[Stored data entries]
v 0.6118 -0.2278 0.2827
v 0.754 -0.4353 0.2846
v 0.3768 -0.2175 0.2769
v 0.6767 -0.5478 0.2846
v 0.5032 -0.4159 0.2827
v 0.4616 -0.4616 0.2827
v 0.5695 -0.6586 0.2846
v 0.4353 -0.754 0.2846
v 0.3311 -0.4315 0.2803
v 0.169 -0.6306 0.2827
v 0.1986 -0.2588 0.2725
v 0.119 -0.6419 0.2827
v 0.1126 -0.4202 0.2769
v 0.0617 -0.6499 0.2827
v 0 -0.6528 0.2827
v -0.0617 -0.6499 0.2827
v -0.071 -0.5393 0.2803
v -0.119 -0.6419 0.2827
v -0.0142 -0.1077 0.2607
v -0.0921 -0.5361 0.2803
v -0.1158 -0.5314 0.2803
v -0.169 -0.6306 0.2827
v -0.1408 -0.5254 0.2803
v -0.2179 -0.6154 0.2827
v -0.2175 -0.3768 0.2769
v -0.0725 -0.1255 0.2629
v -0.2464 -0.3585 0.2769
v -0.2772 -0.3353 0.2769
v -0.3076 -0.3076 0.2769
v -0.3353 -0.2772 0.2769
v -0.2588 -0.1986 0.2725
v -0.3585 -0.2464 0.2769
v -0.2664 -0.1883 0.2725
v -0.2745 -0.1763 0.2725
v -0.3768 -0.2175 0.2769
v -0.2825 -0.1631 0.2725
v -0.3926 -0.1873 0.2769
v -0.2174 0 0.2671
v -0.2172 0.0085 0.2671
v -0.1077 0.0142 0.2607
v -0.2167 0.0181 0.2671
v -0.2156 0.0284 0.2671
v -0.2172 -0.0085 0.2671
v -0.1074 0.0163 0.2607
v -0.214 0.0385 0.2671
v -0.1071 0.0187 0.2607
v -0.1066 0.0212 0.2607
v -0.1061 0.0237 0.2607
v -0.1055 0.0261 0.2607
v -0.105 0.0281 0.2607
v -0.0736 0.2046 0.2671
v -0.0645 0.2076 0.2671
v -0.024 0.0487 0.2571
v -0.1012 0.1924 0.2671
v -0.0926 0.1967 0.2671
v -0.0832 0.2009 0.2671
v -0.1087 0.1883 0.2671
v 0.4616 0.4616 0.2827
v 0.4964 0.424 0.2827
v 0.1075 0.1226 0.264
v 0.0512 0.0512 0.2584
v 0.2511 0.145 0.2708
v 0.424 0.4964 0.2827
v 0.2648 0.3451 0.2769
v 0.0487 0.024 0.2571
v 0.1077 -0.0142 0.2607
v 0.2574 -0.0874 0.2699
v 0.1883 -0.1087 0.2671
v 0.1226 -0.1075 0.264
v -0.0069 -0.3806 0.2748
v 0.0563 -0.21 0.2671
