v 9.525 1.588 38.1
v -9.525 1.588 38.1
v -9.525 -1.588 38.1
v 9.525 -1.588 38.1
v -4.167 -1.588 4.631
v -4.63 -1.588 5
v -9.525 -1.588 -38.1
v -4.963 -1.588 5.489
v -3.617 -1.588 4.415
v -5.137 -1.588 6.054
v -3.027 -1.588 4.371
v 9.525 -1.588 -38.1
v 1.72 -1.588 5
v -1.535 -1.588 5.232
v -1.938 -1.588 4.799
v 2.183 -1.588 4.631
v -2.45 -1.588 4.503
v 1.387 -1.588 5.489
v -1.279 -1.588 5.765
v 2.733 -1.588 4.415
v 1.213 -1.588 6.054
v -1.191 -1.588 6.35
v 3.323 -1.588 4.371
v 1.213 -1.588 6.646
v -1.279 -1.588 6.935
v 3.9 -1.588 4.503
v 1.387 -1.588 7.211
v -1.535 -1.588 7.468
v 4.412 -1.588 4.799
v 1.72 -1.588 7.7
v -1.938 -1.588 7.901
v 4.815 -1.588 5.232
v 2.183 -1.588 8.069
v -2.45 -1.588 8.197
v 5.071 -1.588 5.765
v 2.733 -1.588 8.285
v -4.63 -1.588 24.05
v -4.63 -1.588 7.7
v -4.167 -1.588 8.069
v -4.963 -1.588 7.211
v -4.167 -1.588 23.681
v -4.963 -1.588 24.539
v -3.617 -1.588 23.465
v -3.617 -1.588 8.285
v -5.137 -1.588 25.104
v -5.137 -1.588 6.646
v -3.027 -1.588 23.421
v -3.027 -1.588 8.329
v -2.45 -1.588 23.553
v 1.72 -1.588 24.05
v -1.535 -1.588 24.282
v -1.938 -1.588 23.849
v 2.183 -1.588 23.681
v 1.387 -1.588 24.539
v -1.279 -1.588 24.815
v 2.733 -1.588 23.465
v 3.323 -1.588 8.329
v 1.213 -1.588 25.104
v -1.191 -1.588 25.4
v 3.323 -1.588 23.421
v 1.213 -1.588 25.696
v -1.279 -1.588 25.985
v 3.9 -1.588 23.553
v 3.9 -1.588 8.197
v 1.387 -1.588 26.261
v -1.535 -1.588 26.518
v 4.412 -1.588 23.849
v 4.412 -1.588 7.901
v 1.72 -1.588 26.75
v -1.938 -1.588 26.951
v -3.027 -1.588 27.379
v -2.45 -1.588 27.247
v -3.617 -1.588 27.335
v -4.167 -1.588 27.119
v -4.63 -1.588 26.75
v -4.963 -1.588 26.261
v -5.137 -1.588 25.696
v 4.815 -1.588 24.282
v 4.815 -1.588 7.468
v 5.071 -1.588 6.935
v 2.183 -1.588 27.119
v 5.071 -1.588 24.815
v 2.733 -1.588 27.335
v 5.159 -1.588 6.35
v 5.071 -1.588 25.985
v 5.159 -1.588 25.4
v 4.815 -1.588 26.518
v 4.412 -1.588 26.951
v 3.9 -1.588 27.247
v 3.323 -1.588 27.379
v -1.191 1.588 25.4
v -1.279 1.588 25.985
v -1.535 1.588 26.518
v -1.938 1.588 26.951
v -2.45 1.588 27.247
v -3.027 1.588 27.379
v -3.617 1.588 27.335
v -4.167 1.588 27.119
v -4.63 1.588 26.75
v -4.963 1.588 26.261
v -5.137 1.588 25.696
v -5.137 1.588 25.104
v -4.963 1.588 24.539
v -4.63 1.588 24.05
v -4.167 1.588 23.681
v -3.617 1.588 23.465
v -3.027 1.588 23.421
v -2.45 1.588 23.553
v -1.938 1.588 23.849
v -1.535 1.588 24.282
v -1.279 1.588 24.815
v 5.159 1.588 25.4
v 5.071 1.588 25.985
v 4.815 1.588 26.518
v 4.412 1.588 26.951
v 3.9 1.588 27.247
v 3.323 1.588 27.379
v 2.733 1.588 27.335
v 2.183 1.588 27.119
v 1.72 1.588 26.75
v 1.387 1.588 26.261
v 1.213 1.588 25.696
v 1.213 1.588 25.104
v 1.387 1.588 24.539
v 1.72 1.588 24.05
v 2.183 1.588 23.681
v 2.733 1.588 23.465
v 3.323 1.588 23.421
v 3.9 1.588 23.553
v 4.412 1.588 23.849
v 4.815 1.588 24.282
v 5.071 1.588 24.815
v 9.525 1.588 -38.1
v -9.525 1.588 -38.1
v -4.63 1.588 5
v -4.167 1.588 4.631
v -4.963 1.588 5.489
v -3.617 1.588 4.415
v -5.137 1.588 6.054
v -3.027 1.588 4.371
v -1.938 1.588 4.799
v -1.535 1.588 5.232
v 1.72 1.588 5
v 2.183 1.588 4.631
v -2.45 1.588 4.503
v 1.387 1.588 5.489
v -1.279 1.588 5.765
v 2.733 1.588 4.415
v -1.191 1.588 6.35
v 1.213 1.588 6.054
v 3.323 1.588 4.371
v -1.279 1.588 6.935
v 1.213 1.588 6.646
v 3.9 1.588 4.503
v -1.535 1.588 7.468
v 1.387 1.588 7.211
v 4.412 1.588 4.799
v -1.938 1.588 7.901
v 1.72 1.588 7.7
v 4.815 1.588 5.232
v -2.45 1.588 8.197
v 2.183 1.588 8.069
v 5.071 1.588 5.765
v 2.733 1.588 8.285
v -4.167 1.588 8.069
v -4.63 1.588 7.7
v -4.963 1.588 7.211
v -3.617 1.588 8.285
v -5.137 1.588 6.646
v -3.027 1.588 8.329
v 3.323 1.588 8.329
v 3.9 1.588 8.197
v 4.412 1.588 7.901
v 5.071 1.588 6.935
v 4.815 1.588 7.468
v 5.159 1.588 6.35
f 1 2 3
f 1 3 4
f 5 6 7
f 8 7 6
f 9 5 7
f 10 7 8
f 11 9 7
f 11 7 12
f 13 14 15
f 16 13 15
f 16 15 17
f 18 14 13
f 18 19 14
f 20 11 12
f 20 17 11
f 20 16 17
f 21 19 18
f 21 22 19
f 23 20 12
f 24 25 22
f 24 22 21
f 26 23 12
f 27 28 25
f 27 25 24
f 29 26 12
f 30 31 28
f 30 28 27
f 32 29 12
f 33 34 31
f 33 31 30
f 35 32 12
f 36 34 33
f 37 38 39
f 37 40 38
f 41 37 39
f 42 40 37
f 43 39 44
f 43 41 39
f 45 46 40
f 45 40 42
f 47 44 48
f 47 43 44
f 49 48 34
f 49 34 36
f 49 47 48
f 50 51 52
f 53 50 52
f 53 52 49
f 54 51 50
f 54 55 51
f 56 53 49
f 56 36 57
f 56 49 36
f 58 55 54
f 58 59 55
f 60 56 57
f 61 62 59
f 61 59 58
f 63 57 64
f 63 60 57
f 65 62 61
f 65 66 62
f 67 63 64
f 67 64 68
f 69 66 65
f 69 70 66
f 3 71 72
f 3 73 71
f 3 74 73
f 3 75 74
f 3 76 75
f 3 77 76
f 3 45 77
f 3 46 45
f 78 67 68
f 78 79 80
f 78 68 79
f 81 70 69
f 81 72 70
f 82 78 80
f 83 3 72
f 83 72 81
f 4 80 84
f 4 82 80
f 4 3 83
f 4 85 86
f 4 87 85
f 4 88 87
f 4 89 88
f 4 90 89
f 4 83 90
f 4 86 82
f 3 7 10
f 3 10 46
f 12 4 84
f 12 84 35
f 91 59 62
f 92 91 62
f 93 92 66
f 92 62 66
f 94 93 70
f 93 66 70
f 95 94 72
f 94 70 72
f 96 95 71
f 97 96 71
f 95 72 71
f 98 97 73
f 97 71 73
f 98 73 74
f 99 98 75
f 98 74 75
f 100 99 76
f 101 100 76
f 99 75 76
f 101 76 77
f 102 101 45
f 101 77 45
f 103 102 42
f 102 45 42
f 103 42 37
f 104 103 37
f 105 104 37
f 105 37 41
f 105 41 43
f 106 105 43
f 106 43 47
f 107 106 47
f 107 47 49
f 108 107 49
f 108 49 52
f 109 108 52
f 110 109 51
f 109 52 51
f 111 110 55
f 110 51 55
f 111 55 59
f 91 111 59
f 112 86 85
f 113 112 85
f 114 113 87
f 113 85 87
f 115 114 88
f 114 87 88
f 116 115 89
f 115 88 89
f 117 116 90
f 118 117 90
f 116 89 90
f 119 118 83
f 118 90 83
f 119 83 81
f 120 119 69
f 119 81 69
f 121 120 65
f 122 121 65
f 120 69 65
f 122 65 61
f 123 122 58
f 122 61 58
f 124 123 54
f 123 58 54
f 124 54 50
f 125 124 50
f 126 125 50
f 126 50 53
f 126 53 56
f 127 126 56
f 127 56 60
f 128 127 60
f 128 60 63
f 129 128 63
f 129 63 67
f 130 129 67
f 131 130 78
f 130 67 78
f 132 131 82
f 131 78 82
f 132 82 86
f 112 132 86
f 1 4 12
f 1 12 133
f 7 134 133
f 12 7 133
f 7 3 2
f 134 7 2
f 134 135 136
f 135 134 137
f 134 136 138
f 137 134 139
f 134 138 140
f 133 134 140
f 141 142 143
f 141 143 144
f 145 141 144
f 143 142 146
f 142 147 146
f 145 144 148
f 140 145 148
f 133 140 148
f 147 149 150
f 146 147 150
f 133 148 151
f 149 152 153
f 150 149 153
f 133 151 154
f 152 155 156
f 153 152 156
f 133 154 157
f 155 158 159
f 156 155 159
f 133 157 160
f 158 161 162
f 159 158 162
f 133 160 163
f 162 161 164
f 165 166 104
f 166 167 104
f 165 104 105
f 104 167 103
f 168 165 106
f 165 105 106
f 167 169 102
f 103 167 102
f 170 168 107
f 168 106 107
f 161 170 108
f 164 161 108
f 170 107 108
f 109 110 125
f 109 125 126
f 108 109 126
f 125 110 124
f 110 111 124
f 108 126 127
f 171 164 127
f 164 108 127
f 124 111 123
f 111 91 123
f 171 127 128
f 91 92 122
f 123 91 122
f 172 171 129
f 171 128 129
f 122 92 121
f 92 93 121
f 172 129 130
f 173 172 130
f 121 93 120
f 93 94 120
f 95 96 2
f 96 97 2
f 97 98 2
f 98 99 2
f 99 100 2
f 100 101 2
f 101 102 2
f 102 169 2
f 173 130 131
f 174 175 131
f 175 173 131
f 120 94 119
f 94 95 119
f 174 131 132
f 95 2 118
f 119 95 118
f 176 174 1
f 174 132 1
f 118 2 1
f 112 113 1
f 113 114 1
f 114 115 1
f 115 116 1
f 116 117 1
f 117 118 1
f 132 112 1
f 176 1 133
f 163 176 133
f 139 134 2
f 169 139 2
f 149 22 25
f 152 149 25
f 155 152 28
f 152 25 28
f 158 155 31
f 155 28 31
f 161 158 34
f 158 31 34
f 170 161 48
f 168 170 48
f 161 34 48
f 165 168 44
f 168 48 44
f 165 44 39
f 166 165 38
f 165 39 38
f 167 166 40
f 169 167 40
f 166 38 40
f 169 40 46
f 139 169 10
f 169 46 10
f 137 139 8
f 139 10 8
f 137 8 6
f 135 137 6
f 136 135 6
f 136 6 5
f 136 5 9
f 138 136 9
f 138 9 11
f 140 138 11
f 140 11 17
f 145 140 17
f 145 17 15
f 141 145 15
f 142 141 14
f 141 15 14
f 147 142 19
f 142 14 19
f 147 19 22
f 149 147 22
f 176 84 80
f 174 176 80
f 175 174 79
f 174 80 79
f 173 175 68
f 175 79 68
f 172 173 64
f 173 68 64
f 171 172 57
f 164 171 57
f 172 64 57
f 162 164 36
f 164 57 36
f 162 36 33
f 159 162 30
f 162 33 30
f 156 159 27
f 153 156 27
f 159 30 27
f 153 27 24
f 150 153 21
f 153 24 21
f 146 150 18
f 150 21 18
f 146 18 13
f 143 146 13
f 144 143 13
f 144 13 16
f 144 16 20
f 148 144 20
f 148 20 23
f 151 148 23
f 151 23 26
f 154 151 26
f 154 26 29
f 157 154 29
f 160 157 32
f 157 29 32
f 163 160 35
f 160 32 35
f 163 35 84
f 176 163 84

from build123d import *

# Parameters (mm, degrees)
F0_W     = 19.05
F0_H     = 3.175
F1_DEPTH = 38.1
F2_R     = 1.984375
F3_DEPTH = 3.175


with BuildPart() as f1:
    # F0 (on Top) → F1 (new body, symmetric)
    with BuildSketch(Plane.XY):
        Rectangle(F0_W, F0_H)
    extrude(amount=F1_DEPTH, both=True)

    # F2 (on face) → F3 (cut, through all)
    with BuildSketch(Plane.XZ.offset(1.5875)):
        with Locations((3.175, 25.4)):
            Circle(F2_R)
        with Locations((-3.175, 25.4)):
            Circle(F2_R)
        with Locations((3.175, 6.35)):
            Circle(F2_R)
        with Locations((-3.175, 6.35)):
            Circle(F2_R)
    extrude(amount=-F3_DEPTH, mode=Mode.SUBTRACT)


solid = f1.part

- What is being asked: Using the data above, extract exactly the lines from the one that holds "v 5.071 -1.588 25.985" to the one that holds "v -1.535 1.588 5.232", both ends included, and no others.

- Task result:
v 5.071 -1.588 25.985
v 5.159 -1.588 25.4
v 4.815 -1.588 26.518
v 4.412 -1.588 26.951
v 3.9 -1.588 27.247
v 3.323 -1.588 27.379
v -1.191 1.588 25.4
v -1.279 1.588 25.985
v -1.535 1.588 26.518
v -1.938 1.588 26.951
v -2.45 1.588 27.247
v -3.027 1.588 27.379
v -3.617 1.588 27.335
v -4.167 1.588 27.119
v -4.63 1.588 26.75
v -4.963 1.588 26.261
v -5.137 1.588 25.696
v -5.137 1.588 25.104
v -4.963 1.588 24.539
v -4.63 1.588 24.05
v -4.167 1.588 23.681
v -3.617 1.588 23.465
v -3.027 1.588 23.421
v -2.45 1.588 23.553
v -1.938 1.588 23.849
v -1.535 1.588 24.282
v -1.279 1.588 24.815
v 5.159 1.588 25.4
v 5.071 1.588 25.985
v 4.815 1.588 26.518
v 4.412 1.588 26.951
v 3.9 1.588 27.247
v 3.323 1.588 27.379
v 2.733 1.588 27.335
v 2.183 1.588 27.119
v 1.72 1.588 26.75
v 1.387 1.588 26.261
v 1.213 1.588 25.696
v 1.213 1.588 25.104
v 1.387 1.588 24.539
v 1.72 1.588 24.05
v 2.183 1.588 23.681
v 2.733 1.588 23.465
v 3.323 1.588 23.421
v 3.9 1.588 23.553
v 4.412 1.588 23.849
v 4.815 1.588 24.282
v 5.071 1.588 24.815
v 9.525 1.588 -38.1
v -9.525 1.588 -38.1
v -4.63 1.588 5
v -4.167 1.588 4.631
v -4.963 1.588 5.489
v -3.617 1.588 4.415
v -5.137 1.588 6.054
v -3.027 1.588 4.371
v -1.938 1.588 4.799
v -1.535 1.588 5.232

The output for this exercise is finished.